PSİKOTERAPİNİN TANIMI
Salı Ara. 02, 2008 9:47 am
PSİKOTERAPİNİN TANIMI
Psikoterapi, çok
geniş anlamda, ruhsal yollarla yardım ve iyileştirme demektir. Bu
tanıma göre bütün eğindirim (telkin), inandırma (ikna), davranışı ve
kişiliği değiştirme yolları psikoterapi teriminin kapsamına girebilir.
Hastayı rahatlatmak için yapılan bir dua, verilen bir muska, düzenlenen
bir ilkel tören de psikoterapi sayılabilir. Ancak, hekimlikte ve
ruhbilimde kullanılan anlamıyla psikoterapi deyince, çağdaş ruh
hekimliği ve ruhbilim bilgilerine dayanan, hasta ile karşılıklı ilişki
ve iletişimi kullanan bir takım uygulamalar anlaşılır. Çağdaş ruh
hekimliğinde kullanılan yöntemlerin ve araçların tümü henüz bütün
açıklığı ile tanımlanmış ve her bilim çevresinde benimsenmiş sayılmaz.
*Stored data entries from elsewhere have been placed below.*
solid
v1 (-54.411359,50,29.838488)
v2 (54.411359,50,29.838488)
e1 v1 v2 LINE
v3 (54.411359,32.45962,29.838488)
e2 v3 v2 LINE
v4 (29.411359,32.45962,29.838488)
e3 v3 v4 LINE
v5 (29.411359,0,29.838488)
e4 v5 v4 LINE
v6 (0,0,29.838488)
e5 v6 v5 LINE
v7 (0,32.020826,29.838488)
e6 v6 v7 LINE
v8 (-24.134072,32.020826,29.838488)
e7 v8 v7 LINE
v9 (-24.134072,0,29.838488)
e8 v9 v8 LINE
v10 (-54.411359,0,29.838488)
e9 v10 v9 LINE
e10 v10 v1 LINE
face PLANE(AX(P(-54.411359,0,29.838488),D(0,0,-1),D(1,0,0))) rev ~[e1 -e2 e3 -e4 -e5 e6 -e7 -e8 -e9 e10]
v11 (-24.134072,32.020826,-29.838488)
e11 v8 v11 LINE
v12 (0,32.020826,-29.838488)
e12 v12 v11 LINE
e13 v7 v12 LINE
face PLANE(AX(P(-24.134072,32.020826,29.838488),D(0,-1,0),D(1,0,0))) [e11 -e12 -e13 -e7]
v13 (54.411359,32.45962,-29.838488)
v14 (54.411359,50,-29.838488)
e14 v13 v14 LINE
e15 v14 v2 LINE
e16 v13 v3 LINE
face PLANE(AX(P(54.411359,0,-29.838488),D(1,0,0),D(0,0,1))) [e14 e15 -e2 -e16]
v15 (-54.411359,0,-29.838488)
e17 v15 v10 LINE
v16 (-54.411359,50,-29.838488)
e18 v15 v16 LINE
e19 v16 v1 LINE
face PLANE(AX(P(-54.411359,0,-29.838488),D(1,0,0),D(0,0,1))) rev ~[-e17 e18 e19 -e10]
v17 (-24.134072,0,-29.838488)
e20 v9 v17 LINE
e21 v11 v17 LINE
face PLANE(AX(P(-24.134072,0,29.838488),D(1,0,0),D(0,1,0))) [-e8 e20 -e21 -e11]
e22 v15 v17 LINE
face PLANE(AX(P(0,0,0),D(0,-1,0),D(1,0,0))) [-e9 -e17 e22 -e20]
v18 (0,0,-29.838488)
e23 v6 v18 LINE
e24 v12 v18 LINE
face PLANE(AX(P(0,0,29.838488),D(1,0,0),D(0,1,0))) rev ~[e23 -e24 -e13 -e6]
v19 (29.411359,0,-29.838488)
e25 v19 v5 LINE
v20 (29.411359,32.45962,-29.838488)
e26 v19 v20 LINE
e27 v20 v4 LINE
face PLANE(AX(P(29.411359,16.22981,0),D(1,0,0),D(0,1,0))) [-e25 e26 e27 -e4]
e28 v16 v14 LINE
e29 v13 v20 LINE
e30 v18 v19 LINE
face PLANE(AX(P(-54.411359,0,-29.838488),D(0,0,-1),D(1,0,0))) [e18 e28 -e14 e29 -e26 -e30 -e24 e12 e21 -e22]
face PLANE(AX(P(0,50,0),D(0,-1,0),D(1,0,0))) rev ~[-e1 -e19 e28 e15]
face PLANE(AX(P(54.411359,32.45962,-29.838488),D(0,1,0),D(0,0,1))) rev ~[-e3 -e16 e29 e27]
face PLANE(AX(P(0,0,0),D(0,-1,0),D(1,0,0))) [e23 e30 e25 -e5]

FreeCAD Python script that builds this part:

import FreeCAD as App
import Part
import Sketcher

V = App.Vector
Q = App.Units.Quantity

doc = App.newDocument("Part")
body = doc.addObject("PartDesign::Body", "Body")

sketch1 = doc.addObject("Sketcher::SketchObject", "Sketch")
body.addObject(sketch1)
sketch1.AttachmentSupport = (doc.XZ_Plane, [""])
sketch1.MapMode = "FlatFace"
sketch1.addGeometry([
    Part.LineSegment(V(-54, 30, 0), V(-54, -30, 0)),
    Part.LineSegment(V(-54, -30, 0), V(54, -30, 0)),
    Part.LineSegment(V(54, -30, 0), V(54, 30, 0)),
    Part.LineSegment(V(54, 30, 0), V(-54, 30, 0)),
], False)
sketch1.addConstraint([
    Sketcher.Constraint("Coincident", 0, 2, 1, 1),
    Sketcher.Constraint("Coincident", 1, 2, 2, 1),
    Sketcher.Constraint("Coincident", 2, 2, 3, 1),
    Sketcher.Constraint("Coincident", 3, 2, 0, 1),
    Sketcher.Constraint("Vertical", 0),
    Sketcher.Constraint("Horizontal", 1),
    Sketcher.Constraint("Vertical", 2),
    Sketcher.Constraint("Horizontal", 3),
    Sketcher.Constraint("Symmetric", 0, 2, 2, 2, -1, 1),
    Sketcher.Constraint("DistanceX", 1, 1, 1, 2, Q("108.822718 mm")),
    Sketcher.Constraint("DistanceY", 0, 2, 0, 1, Q("59.676976 mm")),
])
pad1 = doc.addObject("PartDesign::Pad", "Pad")
body.addObject(pad1)
pad1.Profile = sketch1
pad1.Length = 50
pad1.Reversed = True

sketch2 = doc.addObject("Sketcher::SketchObject", "Sketch001")
body.addObject(sketch2)
sketch2.AttachmentSupport = (doc.YZ_Plane, [""])
sketch2.MapMode = "FlatFace"
sketch2.AttachmentOffset = App.Placement(V(0, 0, 54.411359), App.Rotation())
sketch2.addGeometry([
    Part.LineSegment(V(0, 30, 0), V(0, -30, 0)),
    Part.LineSegment(V(0, -30, 0), V(32, -30, 0)),
    Part.LineSegment(V(32, -30, 0), V(32, 30, 0)),
    Part.LineSegment(V(32, 30, 0), V(0, 30, 0)),
], False)
sketch2.addConstraint([
    Sketcher.Constraint("Coincident", 0, 2, 1, 1),
    Sketcher.Constraint("Coincident", 1, 2, 2, 1),
    Sketcher.Constraint("Coincident", 2, 2, 3, 1),
    Sketcher.Constraint("Coincident", 3, 2, 0, 1),
    Sketcher.Constraint("Vertical", 0),
    Sketcher.Constraint("Horizontal", 1),
    Sketcher.Constraint("Vertical", 2),
    Sketcher.Constraint("Horizontal", 3),
    Sketcher.Constraint("Symmetric", 0, 2, 3, 2, -1, 1),
    Sketcher.Constraint("DistanceX", 1, 1, 1, 2, Q("32.45962 mm")),
    Sketcher.Constraint("DistanceY", 0, 2, 0, 1, Q("59.676976 mm")),
])
pocket1 = doc.addObject("PartDesign::Pocket", "Pocket")
body.addObject(pocket1)
pocket1.Profile = sketch2
pocket1.Length = 25

sketch3 = doc.addObject("Sketcher::SketchObject", "Sketch002")
body.addObject(sketch3)
sketch3.AttachmentSupport = (doc.XY_Plane, [""])
sketch3.MapMode = "FlatFace"
sketch3.AttachmentOffset = App.Placement(V(0, 0, 29.838488), App.Rotation())
sketch3.addGeometry([
    Part.LineSegment(V(-24, 32, 0), V(-24, 0, 0)),
    Part.LineSegment(V(-24, 0, 0), V(0, 0, 0)),
    Part.LineSegment(V(0, 0, 0), V(0, 32, 0)),
    Part.LineSegment(V(0, 32, 0), V(-24, 32, 0)),
], False)
sketch3.addConstraint([
    Sketcher.Constraint("Coincident", 0, 2, 1, 1),
    Sketcher.Constraint("Coincident", 1, 2, 2, 1),
    Sketcher.Constraint("Coincident", 2, 2, 3, 1),
    Sketcher.Constraint("Coincident", 3, 2, 0, 1),
    Sketcher.Constraint("Vertical", 0),
    Sketcher.Constraint("Horizontal", 1),
    Sketcher.Constraint("Vertical", 2),
    Sketcher.Constraint("Horizontal", 3),
    Sketcher.Constraint("Coincident", 1, 2, -1, 1),
    Sketcher.Constraint("DistanceX", 1, 1, 1, 2, Q("24.134072 mm")),
    Sketcher.Constraint("DistanceY", 0, 2, 0, 1, Q("32.020826 mm")),
])
pocket2 = doc.addObject("PartDesign::Pocket", "Pocket001")
body.addObject(pocket2)
pocket2.Profile = sketch3
pocket2.Length = 25
pocket2.Reversed = True

sketch4 = doc.addObject("Sketcher::SketchObject", "Sketch003")
body.addObject(sketch4)
sketch4.AttachmentSupport = (doc.XY_Plane, [""])
sketch4.MapMode = "FlatFace"
sketch4.AttachmentOffset = App.Placement(V(0, 0, 29.838488), App.Rotation())
sketch4.addGeometry([
    Part.LineSegment(V(-24, 32, 0), V(-24, 0, 0)),
    Part.LineSegment(V(-24, 0, 0), V(0, 0, 0)),
    Part.LineSegment(V(0, 0, 0), V(0, 32, 0)),
    Part.LineSegment(V(0, 32, 0), V(-24, 32, 0)),
], False)
sketch4.addConstraint([
    Sketcher.Constraint("Coincident", 0, 2, 1, 1),
    Sketcher.Constraint("Coincident", 1, 2, 2, 1),
    Sketcher.Constraint("Coincident", 2, 2, 3, 1),
    Sketcher.Constraint("Coincident", 3, 2, 0, 1),
    Sketcher.Constraint("Vertical", 0),
    Sketcher.Constraint("Horizontal", 1),
    Sketcher.Constraint("Vertical", 2),
    Sketcher.Constraint("Horizontal", 3),
    Sketcher.Constraint("Coincident", 1, 2, -1, 1),
    Sketcher.Constraint("DistanceX", 1, 1, 1, 2, Q("24.134072 mm")),
    Sketcher.Constraint("DistanceY", 0, 2, 0, 1, Q("32.020826 mm")),
])
pocket3 = doc.addObject("PartDesign::Pocket", "Pocket002")
body.addObject(pocket3)
pocket3.Profile = sketch4
pocket3.Length = 60

doc.recompute()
Psikanaliz bile kimi bilimsel çevrelerde bir psikoterapi yöntemi
olarak yadsınabilmektedir. Örneğin İngiltere'de tanınmış psikolog
Eysenck ve izleyicileri, eski sosyalist ülkelerdeki ruh hekimleri ve
daha birçok hekimler Freud'un psikanaliz kuramını benimsememişler,
yadsımışlardır. Ancak, burada genel görüş ayrılıkları söz konusudur.
Her bilimsel akımın tuttuğu bir yol, yeğlediği bir yöntem bulunabilir.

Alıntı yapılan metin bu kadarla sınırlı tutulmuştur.